Unnamed Poilus

The rioters at the Cloche-Clos in "Ad Astra" include these "three poilus" - i.e. French soldiers (423). "Poilu," originating in the word for "hairy," was a common name for French infantrymen in World War I, since many of them did not shave or get their hair cut.

Unnamed Patronne

The patronne in "Ad Astra" is the manager and owner of the Cloche-Clos. An old woman who wears steel spectacles and knits, she thoroughly understands the threat posed to her business by the Allied aviators and their German prisoner. She loudly expresses her outrage that this German - whom she calls a "Boche!" (422) - has been brought into her bistro: "Eight months since the obus I have kept them in a box against this day: plates, cups, saucers, glasses, all that I have had since thirty years, all gone, broken at one time!

Unnamed Military Mechanics

According to the narrator of "Ad Astra," two military mechanics were required to "shoehorn" the exceptionally large Comyn "into the cockpit of a Dolphin, like two chambermaids putting an emergency bolster into a case too large for it" (410). (The Sopwith Dolphin was one of the standard British fighter planes during the First World War.)

Unnamed Indian Troops

The Indian subadar in "Ad Astra" refers to the colonial troops brought to Europe from India to fight for England during the First World War as "my people" (424). It needs to be said, however, that as they are described, they are not people so much as stereotypes, and the racial assumptions behind the stereotypes are clearly Faulkner's. The subadar also calls them "children" (425), who thought of the rifles they were issued as "spears" (424). When a "whole battalion" went into battle without loading those rifles, less than twenty survived (425).

Unnamed German Husband

In "Ad Astra" the captured German aviator explains that one of his brothers was shot and killed by this resident of Berlin, presumably after the man discovered his wife's affair.

Unnamed German Soldier

According to the captured German pilot in "Ad Astra," this unnamed soldier assassinates his brother Franz, a General serving on the army's general staff, in the revolutionary fighting that breaks out in Berlin at the end of World War I.
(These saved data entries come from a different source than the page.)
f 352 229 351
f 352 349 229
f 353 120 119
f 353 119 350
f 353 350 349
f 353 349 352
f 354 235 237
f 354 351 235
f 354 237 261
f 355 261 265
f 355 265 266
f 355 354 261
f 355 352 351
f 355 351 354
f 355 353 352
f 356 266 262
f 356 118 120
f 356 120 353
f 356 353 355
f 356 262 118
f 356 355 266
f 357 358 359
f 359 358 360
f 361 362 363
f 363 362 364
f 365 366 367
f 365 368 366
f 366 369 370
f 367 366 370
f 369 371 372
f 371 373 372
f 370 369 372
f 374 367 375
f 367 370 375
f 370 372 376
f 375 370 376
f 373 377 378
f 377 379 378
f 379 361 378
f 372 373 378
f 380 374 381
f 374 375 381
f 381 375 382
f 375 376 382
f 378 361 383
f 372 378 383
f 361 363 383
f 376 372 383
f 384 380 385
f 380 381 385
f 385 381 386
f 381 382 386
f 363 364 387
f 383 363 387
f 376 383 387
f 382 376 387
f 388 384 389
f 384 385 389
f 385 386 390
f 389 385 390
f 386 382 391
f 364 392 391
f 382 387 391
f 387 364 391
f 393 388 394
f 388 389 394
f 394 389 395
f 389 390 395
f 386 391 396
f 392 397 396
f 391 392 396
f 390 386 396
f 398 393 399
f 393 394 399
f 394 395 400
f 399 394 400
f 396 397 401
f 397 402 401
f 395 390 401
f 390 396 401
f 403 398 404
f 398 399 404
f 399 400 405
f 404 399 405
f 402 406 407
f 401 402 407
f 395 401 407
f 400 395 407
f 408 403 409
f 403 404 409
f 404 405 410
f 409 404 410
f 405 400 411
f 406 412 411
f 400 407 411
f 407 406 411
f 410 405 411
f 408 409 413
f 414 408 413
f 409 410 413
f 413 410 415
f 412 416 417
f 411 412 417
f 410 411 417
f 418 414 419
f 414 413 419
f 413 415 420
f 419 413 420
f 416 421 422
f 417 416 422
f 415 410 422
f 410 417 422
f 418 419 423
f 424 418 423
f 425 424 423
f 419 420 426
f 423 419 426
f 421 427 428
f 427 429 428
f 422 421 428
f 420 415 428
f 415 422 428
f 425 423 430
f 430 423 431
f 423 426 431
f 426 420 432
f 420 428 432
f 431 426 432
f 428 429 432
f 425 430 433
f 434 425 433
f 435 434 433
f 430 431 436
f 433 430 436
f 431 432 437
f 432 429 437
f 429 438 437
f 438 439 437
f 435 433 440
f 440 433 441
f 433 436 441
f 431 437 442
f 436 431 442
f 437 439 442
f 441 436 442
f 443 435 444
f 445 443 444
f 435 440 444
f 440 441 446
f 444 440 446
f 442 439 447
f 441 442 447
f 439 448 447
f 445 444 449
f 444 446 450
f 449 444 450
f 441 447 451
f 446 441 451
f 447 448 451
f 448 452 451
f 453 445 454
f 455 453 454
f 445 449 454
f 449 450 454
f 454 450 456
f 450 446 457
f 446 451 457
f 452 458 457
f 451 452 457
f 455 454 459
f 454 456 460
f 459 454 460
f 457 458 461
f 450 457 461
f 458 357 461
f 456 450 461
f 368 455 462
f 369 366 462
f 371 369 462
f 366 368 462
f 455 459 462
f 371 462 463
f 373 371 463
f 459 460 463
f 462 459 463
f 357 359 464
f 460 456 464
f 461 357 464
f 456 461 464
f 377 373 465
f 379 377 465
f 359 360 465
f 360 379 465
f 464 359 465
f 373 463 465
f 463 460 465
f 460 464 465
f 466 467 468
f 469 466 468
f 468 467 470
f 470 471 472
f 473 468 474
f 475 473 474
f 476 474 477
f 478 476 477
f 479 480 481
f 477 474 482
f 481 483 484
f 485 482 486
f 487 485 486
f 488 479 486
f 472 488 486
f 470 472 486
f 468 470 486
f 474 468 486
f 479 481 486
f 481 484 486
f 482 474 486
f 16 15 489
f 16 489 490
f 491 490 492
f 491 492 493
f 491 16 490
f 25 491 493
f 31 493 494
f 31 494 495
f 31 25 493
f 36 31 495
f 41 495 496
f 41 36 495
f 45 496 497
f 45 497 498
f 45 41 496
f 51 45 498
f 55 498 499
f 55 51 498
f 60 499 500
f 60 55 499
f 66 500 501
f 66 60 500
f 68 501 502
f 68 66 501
Unnamed Son of Captured German Aviator

In "Ad Astra," because of the War, this young son of the captured German aviator, who lives in Bayreuth with his mother, has never seen his father.

Unnamed Wife of Captured German Aviator

The wife of the German prisoner in "Ad Astra" is described by her husband as "the daughter of a musician who wass peasant" (418). While he is at war, she lives in Bayreuth with their son. She keeps her husband informed by letter of significant changes in the family.

Unnamed Father-in-Law of German Prisoner

In "Ad Astra" the captured German aviator says his own aristocratic family profoundly disapproved when he told them "I haf married the daughter of a musician who was peasant" (418).

Unnamed Captured German Aviator

Bandaged and "sick" in "Ad Astra," the German pilot whom Monaghan has shot down on the day Germany surrenders is nonetheless described as wearing the appearance of "a man who has conquered himself" (412). Born into a noble family in Prussia as the oldest of four brothers, he repudiated his hereditary title. He studies music at the university in Bayreuth, marries a woman beneath his privileged class, and fathers a child with her. Over time, however, the loss of each of his three younger brothers sends him back to military service.